Puestos en manos de nuestra propia decisión

El Vaticano II hizo suyos los justos anhelos del mundo moderno: la dignidad humana exige que cada uno actúe según le dicta su propia conciencia; hombre y mujer modernos está reclaman libertad de la que están dotado por ser imagen de Dios. Este reconocimiento implica un cambio cualitativo en la mirada de la Iglesia sobre el mundo y plantea serios interrogantes.

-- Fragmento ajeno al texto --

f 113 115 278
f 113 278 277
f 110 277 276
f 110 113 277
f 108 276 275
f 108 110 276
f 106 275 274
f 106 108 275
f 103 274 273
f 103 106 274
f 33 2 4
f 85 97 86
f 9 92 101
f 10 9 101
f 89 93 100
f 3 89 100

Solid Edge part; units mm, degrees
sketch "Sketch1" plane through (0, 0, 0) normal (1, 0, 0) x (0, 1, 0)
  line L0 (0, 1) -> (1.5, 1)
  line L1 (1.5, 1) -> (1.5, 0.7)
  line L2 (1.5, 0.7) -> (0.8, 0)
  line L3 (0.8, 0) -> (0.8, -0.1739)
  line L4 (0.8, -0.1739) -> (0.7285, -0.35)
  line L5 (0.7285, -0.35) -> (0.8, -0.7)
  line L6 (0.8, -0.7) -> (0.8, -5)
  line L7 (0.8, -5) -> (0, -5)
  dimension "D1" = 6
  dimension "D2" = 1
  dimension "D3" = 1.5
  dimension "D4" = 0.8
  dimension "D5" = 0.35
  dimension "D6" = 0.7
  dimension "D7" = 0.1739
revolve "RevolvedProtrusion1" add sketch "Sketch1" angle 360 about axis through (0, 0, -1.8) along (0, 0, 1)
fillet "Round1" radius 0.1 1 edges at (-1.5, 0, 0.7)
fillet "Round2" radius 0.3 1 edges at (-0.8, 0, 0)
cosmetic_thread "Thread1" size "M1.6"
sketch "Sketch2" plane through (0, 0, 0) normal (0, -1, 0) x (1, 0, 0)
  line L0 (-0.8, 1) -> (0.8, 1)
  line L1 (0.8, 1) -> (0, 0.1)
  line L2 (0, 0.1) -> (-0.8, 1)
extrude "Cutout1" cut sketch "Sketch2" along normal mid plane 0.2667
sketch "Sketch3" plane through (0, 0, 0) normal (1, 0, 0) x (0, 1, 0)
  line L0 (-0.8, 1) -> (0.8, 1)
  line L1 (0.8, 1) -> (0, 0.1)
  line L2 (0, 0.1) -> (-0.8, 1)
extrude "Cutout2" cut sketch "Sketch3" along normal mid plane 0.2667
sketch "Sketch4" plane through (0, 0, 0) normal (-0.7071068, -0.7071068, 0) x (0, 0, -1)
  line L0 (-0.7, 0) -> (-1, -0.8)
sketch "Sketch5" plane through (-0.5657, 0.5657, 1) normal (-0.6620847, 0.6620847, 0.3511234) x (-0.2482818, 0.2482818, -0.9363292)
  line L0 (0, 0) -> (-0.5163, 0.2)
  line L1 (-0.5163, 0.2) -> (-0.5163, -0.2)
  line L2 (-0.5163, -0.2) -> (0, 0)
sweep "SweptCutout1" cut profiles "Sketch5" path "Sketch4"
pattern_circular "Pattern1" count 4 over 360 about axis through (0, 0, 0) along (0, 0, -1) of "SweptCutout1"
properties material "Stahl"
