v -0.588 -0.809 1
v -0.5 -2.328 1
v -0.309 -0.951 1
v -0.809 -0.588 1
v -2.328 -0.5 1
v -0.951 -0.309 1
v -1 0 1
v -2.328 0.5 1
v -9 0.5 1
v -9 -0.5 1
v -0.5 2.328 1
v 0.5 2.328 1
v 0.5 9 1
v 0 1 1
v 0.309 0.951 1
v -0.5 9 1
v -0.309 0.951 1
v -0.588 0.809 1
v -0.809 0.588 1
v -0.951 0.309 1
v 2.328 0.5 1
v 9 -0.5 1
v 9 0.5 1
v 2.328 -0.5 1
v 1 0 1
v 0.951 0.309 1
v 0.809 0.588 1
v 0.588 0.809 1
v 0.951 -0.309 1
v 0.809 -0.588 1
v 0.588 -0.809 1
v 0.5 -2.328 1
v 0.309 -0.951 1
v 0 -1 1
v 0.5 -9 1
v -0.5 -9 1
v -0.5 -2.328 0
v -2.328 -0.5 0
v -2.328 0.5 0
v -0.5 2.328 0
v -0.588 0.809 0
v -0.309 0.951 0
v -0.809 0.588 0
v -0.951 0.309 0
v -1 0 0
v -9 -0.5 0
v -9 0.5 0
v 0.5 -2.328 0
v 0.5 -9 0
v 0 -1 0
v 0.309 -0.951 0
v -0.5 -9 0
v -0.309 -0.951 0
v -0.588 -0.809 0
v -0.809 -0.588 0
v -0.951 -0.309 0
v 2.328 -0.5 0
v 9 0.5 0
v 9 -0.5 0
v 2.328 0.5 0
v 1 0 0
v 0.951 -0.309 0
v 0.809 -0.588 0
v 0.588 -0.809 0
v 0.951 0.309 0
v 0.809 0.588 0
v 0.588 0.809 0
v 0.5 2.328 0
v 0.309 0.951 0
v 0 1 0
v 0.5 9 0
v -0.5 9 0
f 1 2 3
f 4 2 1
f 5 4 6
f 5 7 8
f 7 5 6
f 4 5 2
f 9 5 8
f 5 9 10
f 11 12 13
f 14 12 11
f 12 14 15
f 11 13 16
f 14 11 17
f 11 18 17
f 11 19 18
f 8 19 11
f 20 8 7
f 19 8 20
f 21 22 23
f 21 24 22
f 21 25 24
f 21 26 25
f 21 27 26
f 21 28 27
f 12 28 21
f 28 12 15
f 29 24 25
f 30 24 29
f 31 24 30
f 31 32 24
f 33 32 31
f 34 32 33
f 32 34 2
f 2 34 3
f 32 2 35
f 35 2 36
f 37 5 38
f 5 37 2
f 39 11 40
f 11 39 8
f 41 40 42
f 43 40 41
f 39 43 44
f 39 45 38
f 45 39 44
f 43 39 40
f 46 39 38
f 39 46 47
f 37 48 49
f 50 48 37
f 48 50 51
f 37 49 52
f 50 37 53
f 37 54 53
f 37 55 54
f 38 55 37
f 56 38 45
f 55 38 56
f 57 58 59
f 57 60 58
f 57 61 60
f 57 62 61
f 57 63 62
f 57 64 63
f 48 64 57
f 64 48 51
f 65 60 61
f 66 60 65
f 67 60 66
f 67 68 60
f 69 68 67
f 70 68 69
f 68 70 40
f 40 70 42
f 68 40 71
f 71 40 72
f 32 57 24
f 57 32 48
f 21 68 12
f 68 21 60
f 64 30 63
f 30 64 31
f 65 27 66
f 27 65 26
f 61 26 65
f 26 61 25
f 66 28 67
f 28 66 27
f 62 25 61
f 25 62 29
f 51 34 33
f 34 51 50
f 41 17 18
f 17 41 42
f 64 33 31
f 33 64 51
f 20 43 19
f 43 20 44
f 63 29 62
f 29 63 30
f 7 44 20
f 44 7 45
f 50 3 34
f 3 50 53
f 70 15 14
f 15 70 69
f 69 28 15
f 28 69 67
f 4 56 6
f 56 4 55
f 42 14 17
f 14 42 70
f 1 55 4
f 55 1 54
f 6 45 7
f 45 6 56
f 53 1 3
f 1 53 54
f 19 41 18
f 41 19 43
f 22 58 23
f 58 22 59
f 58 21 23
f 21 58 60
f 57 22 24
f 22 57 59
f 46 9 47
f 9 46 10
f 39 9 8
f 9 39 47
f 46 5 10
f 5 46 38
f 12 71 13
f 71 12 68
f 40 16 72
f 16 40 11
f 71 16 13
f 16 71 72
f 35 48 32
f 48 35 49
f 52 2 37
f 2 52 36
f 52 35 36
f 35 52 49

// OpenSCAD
module brace() {
  cube([18,2,3]);
  translate([0,2,0]) cube([2,1,3]);
  translate([16,2,0]) cube([2,1,3]);
  difference() {
    translate([18/2-1.5,0,0]) cube([3,17,3]);
    translate([18/2,13,-5]) rotate([0,0,0]) cylinder(15,1,1,$fn=20);
  }
  translate([2,2,0]) rotate([0,0,-45]) cube([2,10,2]);
  translate([16,2,2]) rotate([0,180,-45+90]) cube([2,10,2]);
}

module bobbin() {
  difference() {
    union() {
      cylinder(25-6,3,3,$fn=50);
      cylinder(1,6,6,$fn=50);
    }
    translate([0,0,-3]) cylinder(25,1,1,$fn=20);
    translate([0,0,16]) cylinder(25,2.5,2.5,$fn=20);
    translate([2,-.5,16]) cube([2,1,4]);
  }
}

module bobbin_lid() {
  difference() {
    cylinder(1,6,6,$fn=50);
    translate([0,0,-3]) cylinder(25,1,1,$fn=20);
  }
}

module lever() {
  translate([1,-.5,0]) cube([8,1,1]);
  translate([-9,-.5,0]) cube([8,1,1]);
  translate([-.5,1,0]) cube([1,8,1]);
  translate([-.5,-9,0]) cube([1,8,1]);
  difference() {
    rotate([0,0,45]) translate([-2,-2,0]) cube([4,4,1]);
    translate([0,0,-3]) cylinder(25,1,1,$fn=20);
  }
}

lever();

Pío IX en 1864 rechazó errores del mundo moderno, pero no destacó aspiraciones legítimas de inmanencia y subjetividad que iban más allá de los errores a la hora de realizarlas. Deseando ser él mismo, el hombre moderno rechazó una trascendencia que se le imponía desde arriba y desde fuera ahogando su autonomía y su libertad. El Vaticano II ha discernido y proclamado que los anhelos de autonomía y libertad que respiran los seres humanos son justos, y no se debe ir contra ellos, si bien el reconocimiento de su valor no excluye la crítica cuando sea necesaria.

Si los seres humanos hemos sido puestos en manos de nuestra propia decisión y tenemos la obligación de seguir nuestra conciencia, quiere decir que ya no vale una moral prioritariamente normativa y preceptiva donde la subjetividad nada cuente o se someta sin más a lo mandado. El silenciamiento de la propias conciencias hace de las personas esclavos; por muy cumplidores que sean no dejan proceder en la esclavitud. Un esclavo puede ser muy buen esclavo aceptando sin más todo lo que le diga el amo; pero no deja de ser esclavo. Y el Dios revelado en Jesucristo no quiere esclavos sino hijos libres para amar.

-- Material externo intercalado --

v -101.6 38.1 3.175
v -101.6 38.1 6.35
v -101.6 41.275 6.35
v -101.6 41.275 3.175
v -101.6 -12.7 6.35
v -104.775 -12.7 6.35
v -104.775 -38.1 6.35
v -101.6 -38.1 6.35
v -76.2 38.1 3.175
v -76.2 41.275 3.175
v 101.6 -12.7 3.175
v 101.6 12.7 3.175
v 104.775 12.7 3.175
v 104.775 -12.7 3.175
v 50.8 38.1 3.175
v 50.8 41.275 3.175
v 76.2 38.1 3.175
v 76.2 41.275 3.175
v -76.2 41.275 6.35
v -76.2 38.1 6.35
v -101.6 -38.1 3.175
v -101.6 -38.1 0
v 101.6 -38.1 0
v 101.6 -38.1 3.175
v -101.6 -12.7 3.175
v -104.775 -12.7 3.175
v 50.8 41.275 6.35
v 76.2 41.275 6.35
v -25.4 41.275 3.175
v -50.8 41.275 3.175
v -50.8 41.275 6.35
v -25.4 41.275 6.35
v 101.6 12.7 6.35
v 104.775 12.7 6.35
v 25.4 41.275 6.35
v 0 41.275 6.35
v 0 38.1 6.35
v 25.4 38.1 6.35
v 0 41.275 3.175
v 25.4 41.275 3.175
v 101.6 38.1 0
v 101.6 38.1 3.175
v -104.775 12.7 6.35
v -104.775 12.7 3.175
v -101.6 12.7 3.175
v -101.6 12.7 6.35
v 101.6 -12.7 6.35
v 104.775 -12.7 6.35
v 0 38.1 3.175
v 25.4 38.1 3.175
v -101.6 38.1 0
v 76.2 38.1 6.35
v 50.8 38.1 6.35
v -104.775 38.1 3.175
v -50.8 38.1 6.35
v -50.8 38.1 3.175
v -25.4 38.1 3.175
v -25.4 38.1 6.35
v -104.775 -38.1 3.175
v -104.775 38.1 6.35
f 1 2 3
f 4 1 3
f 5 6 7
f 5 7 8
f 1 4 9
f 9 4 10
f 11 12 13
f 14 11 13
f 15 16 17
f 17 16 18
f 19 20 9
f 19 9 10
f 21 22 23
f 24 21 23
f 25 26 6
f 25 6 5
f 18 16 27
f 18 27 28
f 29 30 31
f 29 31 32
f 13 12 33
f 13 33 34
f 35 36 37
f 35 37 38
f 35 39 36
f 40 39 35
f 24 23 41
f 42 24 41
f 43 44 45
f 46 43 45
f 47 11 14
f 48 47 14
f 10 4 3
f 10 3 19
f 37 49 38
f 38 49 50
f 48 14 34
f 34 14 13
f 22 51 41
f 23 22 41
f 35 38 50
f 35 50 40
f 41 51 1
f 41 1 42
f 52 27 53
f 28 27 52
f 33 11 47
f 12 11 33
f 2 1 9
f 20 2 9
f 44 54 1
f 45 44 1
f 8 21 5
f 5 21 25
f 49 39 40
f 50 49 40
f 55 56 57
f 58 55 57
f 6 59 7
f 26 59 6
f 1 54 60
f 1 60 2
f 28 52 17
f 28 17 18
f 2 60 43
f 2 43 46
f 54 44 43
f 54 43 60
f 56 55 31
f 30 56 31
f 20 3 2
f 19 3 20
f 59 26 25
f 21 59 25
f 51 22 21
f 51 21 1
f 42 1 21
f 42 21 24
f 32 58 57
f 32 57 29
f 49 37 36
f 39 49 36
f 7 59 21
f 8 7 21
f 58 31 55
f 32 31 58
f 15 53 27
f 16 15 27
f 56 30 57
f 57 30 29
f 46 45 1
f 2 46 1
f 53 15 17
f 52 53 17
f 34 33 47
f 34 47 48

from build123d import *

# Parameters (mm, degrees)
SKETCH1_W             = 203.2
SKETCH1_H             = 76.2
BOSS_EXTRUDE1_DEPTH   = 3.175
SKETCH2_W             = 25.4
SKETCH2_H             = 3.175
BOSS_EXTRUDE2_DEPTH   = 3.175
BOSS_EXTRUDE2_2_DEPTH = 3.175
BOSS_EXTRUDE2_3_DEPTH = 3.175
BOSS_EXTRUDE2_4_DEPTH = 3.175
SKETCH4_W             = 3.175
SKETCH4_H             = 25.4
BOSS_EXTRUDE4_DEPTH   = 3.175
BOSS_EXTRUDE4_2_DEPTH = 3.175
SKETCH6_W             = 3.175
SKETCH6_H             = 25.4
BOSS_EXTRUDE6_DEPTH   = 3.175


with BuildPart() as part:
    # Sketch1 → Boss-Extrude1 (new body)
    with BuildSketch(Plane.XY):
        Rectangle(SKETCH1_W, SKETCH1_H)
    extrude(amount=BOSS_EXTRUDE1_DEPTH)


with BuildPart() as body_2:
    # Sketch2 → Boss-Extrude2 (new body)
    with BuildSketch(Plane.XY.offset(3.175)):
        with Locations((-38.1, 39.6875)):
            Rectangle(SKETCH2_W, SKETCH2_H)
    extrude(amount=BOSS_EXTRUDE2_DEPTH)


with BuildPart() as body_3:
    # Sketch2 → Boss-Extrude2 2 (new body)
    with BuildSketch(Plane.XY.offset(3.175)):
        with Locations((-88.9, 39.6875)):
            Rectangle(SKETCH2_W, SKETCH2_H)
    extrude(amount=BOSS_EXTRUDE2_2_DEPTH)


with BuildPart() as body_4:
    # Sketch2 → Boss-Extrude2 3 (new body)
    with BuildSketch(Plane.XY.offset(3.175)):
        with Locations((12.7, 39.6875)):
            Rectangle(SKETCH2_W, SKETCH2_H)
    extrude(amount=BOSS_EXTRUDE2_3_DEPTH)


with BuildPart() as body_5:
    # Sketch2 → Boss-Extrude2 4 (new body)
    with BuildSketch(Plane.XY.offset(3.175)):
        with Locations((63.5, 39.6875)):
            Rectangle(SKETCH2_W, SKETCH2_H)
    extrude(amount=BOSS_EXTRUDE2_4_DEPTH)


with BuildPart() as body_6:
    # Sketch4 → Boss-Extrude4 (new body)
    with BuildSketch(Plane.XY.offset(3.175)):
        with Locations((-103.1875, -25.4)):
            Rectangle(SKETCH4_W, SKETCH4_H)
    extrude(amount=BOSS_EXTRUDE4_DEPTH)


with BuildPart() as body_7:
    # Sketch4 → Boss-Extrude4 2 (new body)
    with BuildSketch(Plane.XY.offset(3.175)):
        with Locations((-103.1875, 25.4)):
            Rectangle(SKETCH4_W, SKETCH4_H)
    extrude(amount=BOSS_EXTRUDE4_2_DEPTH)


with BuildPart() as body_8:
    # Sketch6 → Boss-Extrude6 (new body)
    with BuildSketch(Plane.XY.offset(3.175)):
        with Locations((103.1875, 0)):
            Rectangle(SKETCH6_W, SKETCH6_H)
    extrude(amount=BOSS_EXTRUDE6_DEPTH)


solid = Compound([part.part, body_2.part, body_3.part, body_4.part, body_5.part, body_6.part, body_7.part, body_8.part])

Todavía hoy muchos cristianos siguen funcionando con una moral de obligaciones y cumplimientos. El evangelio sugiere más bien una moral de libertad y felicidad: el que descubre un tesoro escondido en un campo, “con gran alegría”, vende todo lo que tiene para comprar el campo donde está el tesoro. El relieve de la subjetividad y los anhelos de autonomía que caracteriza nuestro tiempo pueden ser un signo del Espíritu para recuperar la moral evangélica de la gracia que tan bien expusieron Agustín de Hipona y Tomás de Aquino.